Microsoft's AI Red Team Strategy
In recent months, Microsoft has addressed newly surfaced research about prompt injections, which come in direct and indirect forms.
Mark Russinovich, Microsoft Azure’s CTO and technical fellow, recently discussed various AI and Copilot threats at the annual Microsoft Build conference in May. He emphasized the release of Microsoft's new Prompt Shields, an API designed to detect direct and indirect prompt injection attacks.
"The idea here is that we're looking for signs that there are instructions embedded in the context, either the direct user context or the context that is being fed in through the RAG [retrieval-augmented generation], that could cause the model to misbehave," Russinovich said.

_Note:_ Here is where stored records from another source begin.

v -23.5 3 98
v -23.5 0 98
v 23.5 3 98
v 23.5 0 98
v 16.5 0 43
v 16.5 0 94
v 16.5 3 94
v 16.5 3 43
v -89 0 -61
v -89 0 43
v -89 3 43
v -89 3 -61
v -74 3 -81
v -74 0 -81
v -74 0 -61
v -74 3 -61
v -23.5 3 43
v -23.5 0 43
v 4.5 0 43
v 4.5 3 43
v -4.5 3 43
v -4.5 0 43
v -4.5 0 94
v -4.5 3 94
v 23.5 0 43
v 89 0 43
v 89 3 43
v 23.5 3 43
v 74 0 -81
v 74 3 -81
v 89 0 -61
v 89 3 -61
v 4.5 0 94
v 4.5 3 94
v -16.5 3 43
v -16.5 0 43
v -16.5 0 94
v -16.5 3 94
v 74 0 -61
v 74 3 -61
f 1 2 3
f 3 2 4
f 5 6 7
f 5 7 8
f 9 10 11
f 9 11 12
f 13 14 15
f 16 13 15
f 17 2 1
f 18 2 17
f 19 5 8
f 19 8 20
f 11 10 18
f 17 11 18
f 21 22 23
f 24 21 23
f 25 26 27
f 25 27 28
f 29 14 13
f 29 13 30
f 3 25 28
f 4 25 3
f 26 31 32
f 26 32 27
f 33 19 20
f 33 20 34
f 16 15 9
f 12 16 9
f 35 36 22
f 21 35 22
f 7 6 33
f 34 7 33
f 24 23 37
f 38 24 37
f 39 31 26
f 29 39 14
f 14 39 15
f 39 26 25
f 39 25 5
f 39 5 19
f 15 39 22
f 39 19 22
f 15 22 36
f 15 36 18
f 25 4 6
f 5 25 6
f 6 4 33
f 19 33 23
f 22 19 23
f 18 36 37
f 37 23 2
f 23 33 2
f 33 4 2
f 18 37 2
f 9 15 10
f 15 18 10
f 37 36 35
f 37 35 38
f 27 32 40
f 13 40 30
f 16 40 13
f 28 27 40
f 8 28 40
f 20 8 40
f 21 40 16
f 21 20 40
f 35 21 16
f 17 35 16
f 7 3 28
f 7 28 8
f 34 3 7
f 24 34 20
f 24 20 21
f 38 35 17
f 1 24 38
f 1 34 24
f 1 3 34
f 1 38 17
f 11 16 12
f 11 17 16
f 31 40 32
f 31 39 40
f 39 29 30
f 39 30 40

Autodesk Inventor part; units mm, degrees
ref_plane "YZ Plane" through (0, 0, 0) normal (1, 0, 0) x (0, 1, 0)
ref_plane "XZ Plane" through (0, 0, 0) normal (0, 1, 0) x (-1, 0, 0)
ref_plane "XY Plane" through (0, 0, 0) normal (0, 0, 1) x (1, 0, 0)
sketch "Sketch2" plane through (0, 0, 0) normal (0, 1, 0) x (-1, 0, 0)
  line L0 (-89, 99) -> (89, 99)
  line L1 (89, 99) -> (89, -99)
  line L2 (89, -99) -> (-89, -99)
  line L3 (-89, -99) -> (-89, 99)
  line L4 (-89, 99) -> (89, -99) construction
  line L5 (89, 99) -> (-89, -99) construction
  line L6 (-89, 99) -> (89, 99)
  line L7 (89, 99) -> (89, -81)
  line L8 (89, -81) -> (-89, -81)
  line L9 (-89, -81) -> (-89, 99)
  line L10 (-4.5, 99) -> (-89, 99)
  line L11 (-89, 99) -> (-89, 43)
  line L12 (-89, 43) -> (-4.5, 43)
  line L13 (-4.5, 43) -> (-4.5, 99)
  line L14 (4.5, 99) -> (89, 99)
  line L15 (89, 99) -> (89, 43)
  line L16 (89, 43) -> (4.5, 43)
  line L17 (4.5, 43) -> (4.5, 99)
  line L18 (22.5, 77.5) -> (22.5, 66.5) projected
  line L19 (16.5, 66.5) -> (16.5, 77.5) projected
  line L20 (-22.5, 66.5) -> (-22.5, 77.5) projected
  line L21 (-16.5, 77.5) -> (-16.5, 66.5) projected
  line L22 (-23.5, 99) -> (-16.5, 99)
  line L23 (-16.5, 99) -> (-16.5, 43)
  line L24 (-16.5, 43) -> (-23.5, 43)
  line L25 (-23.5, 43) -> (-23.5, 99)
  line L26 (16.5, 99) -> (23.5, 99)
  line L27 (23.5, 99) -> (23.5, 43)
  line L28 (23.5, 43) -> (16.5, 43)
  line L29 (16.5, 43) -> (16.5, 99)
  line L30 (-89, 99) -> (89, 99)
  line L31 (89, 99) -> (89, 98)
  line L32 (89, 98) -> (-89, 98)
  line L33 (-89, 98) -> (-89, 99)
  line L34 (89, -81) -> (74, -81)
  line L35 (74, -81) -> (74, -61)
  line L36 (74, -61) -> (89, -61)
  line L37 (89, -61) -> (89, -81)
  line L38 (-89, -81) -> (-74, -81)
  line L39 (-74, -81) -> (-74, -61)
  line L40 (-74, -61) -> (-89, -61)
  line L41 (-89, -61) -> (-89, -81)
  line L42 (16.5, 98) -> (-16.5, 98)
  line L43 (-16.5, 98) -> (-16.5, 94)
  line L44 (-16.5, 94) -> (16.5, 94)
  line L45 (16.5, 94) -> (16.5, 98)
  line L46 (-84.4, -75) -> (-84.4, -71.5) projected
  line L47 (-84.4, -71.5) -> (-87, -71.5) projected
  line L48 (-87, -71.5) -> (-87, -75) projected
  line L49 (-87, -75) -> (-84.4, -75) projected
  line L50 (-79.6, -75) -> (-77, -75) projected
  line L51 (-77, -75) -> (-77, -71.5) projected
  line L52 (-77, -71.5) -> (-79.6, -71.5) projected
  line L53 (-79.6, -71.5) -> (-79.6, -75) projected
  line L54 (-75, -78) -> (-89, -78) projected
  line L55 (-89, -78) -> (-89, -63) projected
  line L56 (-89, -63) -> (-75, -63) projected
  line L57 (-75, -63) -> (-75, -78) projected
  circle A0 centre (-80.45, -67.25) radius 1.25 projected
  point P0 (0, 0)
  point P1 (4.5, 99)
  point P2 (-4.5, 99)
  point P3 (-89, 43)
  point P4 (89, 43)
  point P5 (4.5, 98)
  point P6 (-4.5, 98)
  point P7 (-16.5, 98)
  point P8 (-23.5, 98)
  point P9 (23.5, 98)
  point P10 (16.5, 98)
  point P11 (-4.5, 94)
  point P12 (4.5, 94)
  point P13 (16.5, 94)
  dimension "d8" = 178
  dimension "d9" = 198
  dimension "d10" = 18
  dimension "d11" = 84.5
  dimension "d13" = 84.5
  dimension "d17" = 9
  dimension "d18" = 1
  dimension "d19" = 15
  dimension "d20" = 20
  dimension "d21" = 15
  dimension "d22" = 20
  dimension "d75" = 55
  dimension "d76" = 55
  dimension "d77" = 7
  dimension "d78" = 7
  dimension "d79" = 4
extrude "Extrusion2" add sketch "Sketch2" along normal blind 3 contours L32 L23 L21 L12 L25 | L12 L13 L44 L17 L16 L1 L36 L35 L8 L39 L40 L3 | L32 L13 L44 L23 | L32 L17 L44 L13 | L32 L29 L44 L17 | L32 L27 L16 L29 L19
equation "\"d11\" = d13"
properties part number "base" material "Aluminum 6061"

Prompt Shields is among a collection of Azure tools Microsoft recently launched that are designed for developers to build secure AI applications. Other new tools include Groundedness Detection to detect hallucinations in LLM outputs, and Safety Evaluation to detect an application's susceptibility to jailbreak attacks and creating inappropriate content.
Russinovich also noted two other new tools for security red teams: PyRIT (Python Risk Identification Toolkit for generative AI), an open source framework that discovers risks in generative AI systems. The other, Crescendomation, automates Crescendo attacks, which produce malicious content. Further, he announced Microsoft’s new partnership with HiddenLayer, whose Model Scanner is now available to Azure AI to scan commercial and open source models for vulnerabilities, malware or tampering.
The Need for Anti-"Promptware" Tooling
While Microsoft says it has addressed those attacks with safety filters, AI models are still susceptible to them, according to Bargury.
He says in specific, there's a need for more tools that scan for what he and other researchers call "promptware," i.e., hidden instructions and untrusted data. "I'm not aware of anything you can use out of the box today [for detection]," Bargury says.
"Microsoft Defender and Purview don't have those capabilities today," he adds. "They have some user behavior analytics, which is helpful. If they find the copilot endpoint having multiple conversations, that could be an indication that they're trying to do prompt injection. But actually, something like this is very surgical, where somebody has a payload, they send you the payload, and [the defenses] aren't going to spot it."
Bargury says he regularly communicates with Microsoft's red team and notes they are aware of his presentations at Black Hat. Further, he believes Microsoft has moved aggressively to address the risks associated with AI in general and its own Copilot specifically.
"They are working really hard," he says. "I can tell you that in this research, we have found 10 different security mechanisms that Microsoft's put in place inside of Microsoft Copilot. These are mechanisms that scan everything that goes into Copilot, everything that goes out of Copilot, and a lot of steps in the middle."